**Problem description:** Your answer should consist only of the lines below from the one with "# F0 (on Top) → F1 (new body)" through the one with "Rectangle(F2_W, F2_H)", copied exactly.

Saved entries:
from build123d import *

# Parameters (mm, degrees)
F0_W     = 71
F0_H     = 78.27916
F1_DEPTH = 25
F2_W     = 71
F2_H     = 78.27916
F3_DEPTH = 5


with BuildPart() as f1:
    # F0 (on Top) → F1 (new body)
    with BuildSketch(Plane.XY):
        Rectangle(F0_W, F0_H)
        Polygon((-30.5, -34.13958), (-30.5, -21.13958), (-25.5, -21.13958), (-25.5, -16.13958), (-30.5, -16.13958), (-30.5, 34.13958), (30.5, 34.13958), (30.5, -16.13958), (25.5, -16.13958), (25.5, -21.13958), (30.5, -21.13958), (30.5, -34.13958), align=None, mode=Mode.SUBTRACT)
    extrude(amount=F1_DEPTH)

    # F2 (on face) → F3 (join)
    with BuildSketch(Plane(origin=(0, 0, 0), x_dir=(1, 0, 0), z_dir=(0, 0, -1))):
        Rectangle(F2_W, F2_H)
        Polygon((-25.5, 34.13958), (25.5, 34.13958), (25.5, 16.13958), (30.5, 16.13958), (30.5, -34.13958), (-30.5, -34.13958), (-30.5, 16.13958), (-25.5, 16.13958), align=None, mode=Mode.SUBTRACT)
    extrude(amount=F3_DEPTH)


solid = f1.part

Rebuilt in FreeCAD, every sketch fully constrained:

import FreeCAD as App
import Part
import Sketcher

V = App.Vector


def add_polygon(sketch, points):
    """Adds a closed chain of lines whose ends are joined by coincident constraints."""
    first, n = sketch.GeometryCount, len(points)
    for a, b in zip(points, points[1:] + points[:1]):
        sketch.addGeometry(Part.LineSegment(App.Vector(*a, 0), App.Vector(*b, 0)), False)
    for i in range(n):
        sketch.addConstraint(Sketcher.Constraint("Coincident", first + i, 2, first + (i + 1) % n, 1))

doc = App.newDocument("Part")
body = doc.addObject("PartDesign::Body", "Body")

# Sketch on XY plane
sketch1 = body.newObject("Sketcher::SketchObject", "Sketch")
sketch1.AttachmentSupport = (doc.getObject("XY_Plane"), [""])
sketch1.MapMode = "FlatFace"
add_polygon(sketch1, [(-36, 39), (-36, -39), (36, -39), (36, 39)])  # lines 0-3
add_polygon(sketch1, [(30, -34), (-30, -34), (-30, -21), (-26, -21), (-26, -16), (-30, -16), (-30, 34), (30, 34), (30, -16), (26, -16), (26, -21), (30, -21)])  # lines 4-15
sketch1.addConstraint(Sketcher.Constraint("Vertical", 0))
sketch1.addConstraint(Sketcher.Constraint("Horizontal", 1))
sketch1.addConstraint(Sketcher.Constraint("Vertical", 2))
sketch1.addConstraint(Sketcher.Constraint("Horizontal", 3))
sketch1.addConstraint(Sketcher.Constraint("Horizontal", 4))
sketch1.addConstraint(Sketcher.Constraint("Vertical", 5))
sketch1.addConstraint(Sketcher.Constraint("Horizontal", 6))
sketch1.addConstraint(Sketcher.Constraint("Vertical", 7))
sketch1.addConstraint(Sketcher.Constraint("Horizontal", 8))
sketch1.addConstraint(Sketcher.Constraint("Vertical", 9))
sketch1.addConstraint(Sketcher.Constraint("Horizontal", 10))
sketch1.addConstraint(Sketcher.Constraint("Vertical", 11))
sketch1.addConstraint(Sketcher.Constraint("Horizontal", 12))
sketch1.addConstraint(Sketcher.Constraint("Vertical", 13))
sketch1.addConstraint(Sketcher.Constraint("Horizontal", 14))
sketch1.addConstraint(Sketcher.Constraint("Vertical", 15))
sketch1.addConstraint(Sketcher.Constraint("Symmetric", 0, 2, 2, 2, -1, 1))
sketch1.addConstraint(Sketcher.Constraint("Symmetric", 4, 2, 10, 2, -1, 1))
sketch1.addConstraint(Sketcher.Constraint("Symmetric", 8, 2, 11, 2, -2))
sketch1.addConstraint(Sketcher.Constraint("Symmetric", 6, 2, 13, 2, -2))
sketch1.addConstraint(Sketcher.Constraint("Vertical", 11, 2, 14, 2))
sketch1.addConstraint(Sketcher.Constraint("Equal", 14, 7))
sketch1.addConstraint(Sketcher.Constraint("DistanceX", 1, 1, 1, 2, 71.0))
sketch1.addConstraint(Sketcher.Constraint("DistanceX", 4, 2, 4, 1, 61.0))
sketch1.addConstraint(Sketcher.Constraint("DistanceX", 6, 1, 6, 2, 5.0))
sketch1.addConstraint(Sketcher.Constraint("DistanceY", 5, 1, 5, 2, 13.0))
sketch1.addConstraint(Sketcher.Constraint("DistanceY", 0, 2, 4, 2, 5.0))
sketch1.addConstraint(Sketcher.Constraint("DistanceY", 0, 2, 0, 1, 78.27916))
pad1 = body.newObject("PartDesign::Pad", "Pad")
pad1.Profile = sketch1
pad1.Length = 25

# Sketch on XY plane
sketch2 = body.newObject("Sketcher::SketchObject", "Sketch001")
sketch2.AttachmentSupport = (doc.getObject("XY_Plane"), [""])
sketch2.MapMode = "FlatFace"
add_polygon(sketch2, [(-36, -39), (-36, 39), (36, 39), (36, -39)])  # lines 0-3
add_polygon(sketch2, [(-26, -16), (-26, -34), (26, -34), (26, -16), (30, -16), (30, 34), (-30, 34), (-30, -16)])  # lines 4-11
sketch2.addConstraint(Sketcher.Constraint("Vertical", 0))
sketch2.addConstraint(Sketcher.Constraint("Horizontal", 1))
sketch2.addConstraint(Sketcher.Constraint("Vertical", 2))
sketch2.addConstraint(Sketcher.Constraint("Horizontal", 3))
sketch2.addConstraint(Sketcher.Constraint("Vertical", 4))
sketch2.addConstraint(Sketcher.Constraint("Horizontal", 5))
sketch2.addConstraint(Sketcher.Constraint("Vertical", 6))
sketch2.addConstraint(Sketcher.Constraint("Horizontal", 7))
sketch2.addConstraint(Sketcher.Constraint("Vertical", 8))
sketch2.addConstraint(Sketcher.Constraint("Horizontal", 9))
sketch2.addConstraint(Sketcher.Constraint("Vertical", 10))
sketch2.addConstraint(Sketcher.Constraint("Horizontal", 11))
sketch2.addConstraint(Sketcher.Constraint("Symmetric", 0, 2, 2, 2, -1, 1))
sketch2.addConstraint(Sketcher.Constraint("Symmetric", 7, 2, 10, 2, -2))
sketch2.addConstraint(Sketcher.Constraint("Equal", 7, 11))
sketch2.addConstraint(Sketcher.Constraint("DistanceX", 1, 1, 1, 2, 71.0))
sketch2.addConstraint(Sketcher.Constraint("DistanceX", 5, 1, 5, 2, 51.0))
sketch2.addConstraint(Sketcher.Constraint("DistanceX", 7, 1, 7, 2, 5.0))
sketch2.addConstraint(Sketcher.Constraint("DistanceY", 4, 2, 4, 1, 18.0))
sketch2.addConstraint(Sketcher.Constraint("DistanceY", 3, 2, 4, 2, 5.0))
sketch2.addConstraint(Sketcher.Constraint("DistanceY", 8, 2, 1, 2, 5.0))
sketch2.addConstraint(Sketcher.Constraint("DistanceY", 0, 1, 0, 2, 78.27916))
pad2 = body.newObject("PartDesign::Pad", "Pad001")
pad2.Profile = sketch2
pad2.Length = 5
pad2.Reversed = True

doc.recompute()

**Answer for this exercise:**
    # F0 (on Top) → F1 (new body)
    with BuildSketch(Plane.XY):
        Rectangle(F0_W, F0_H)
        Polygon((-30.5, -34.13958), (-30.5, -21.13958), (-25.5, -21.13958), (-25.5, -16.13958), (-30.5, -16.13958), (-30.5, 34.13958), (30.5, 34.13958), (30.5, -16.13958), (25.5, -16.13958), (25.5, -21.13958), (30.5, -21.13958), (30.5, -34.13958), align=None, mode=Mode.SUBTRACT)
    extrude(amount=F1_DEPTH)

    # F2 (on face) → F3 (join)
    with BuildSketch(Plane(origin=(0, 0, 0), x_dir=(1, 0, 0), z_dir=(0, 0, -1))):
        Rectangle(F2_W, F2_H)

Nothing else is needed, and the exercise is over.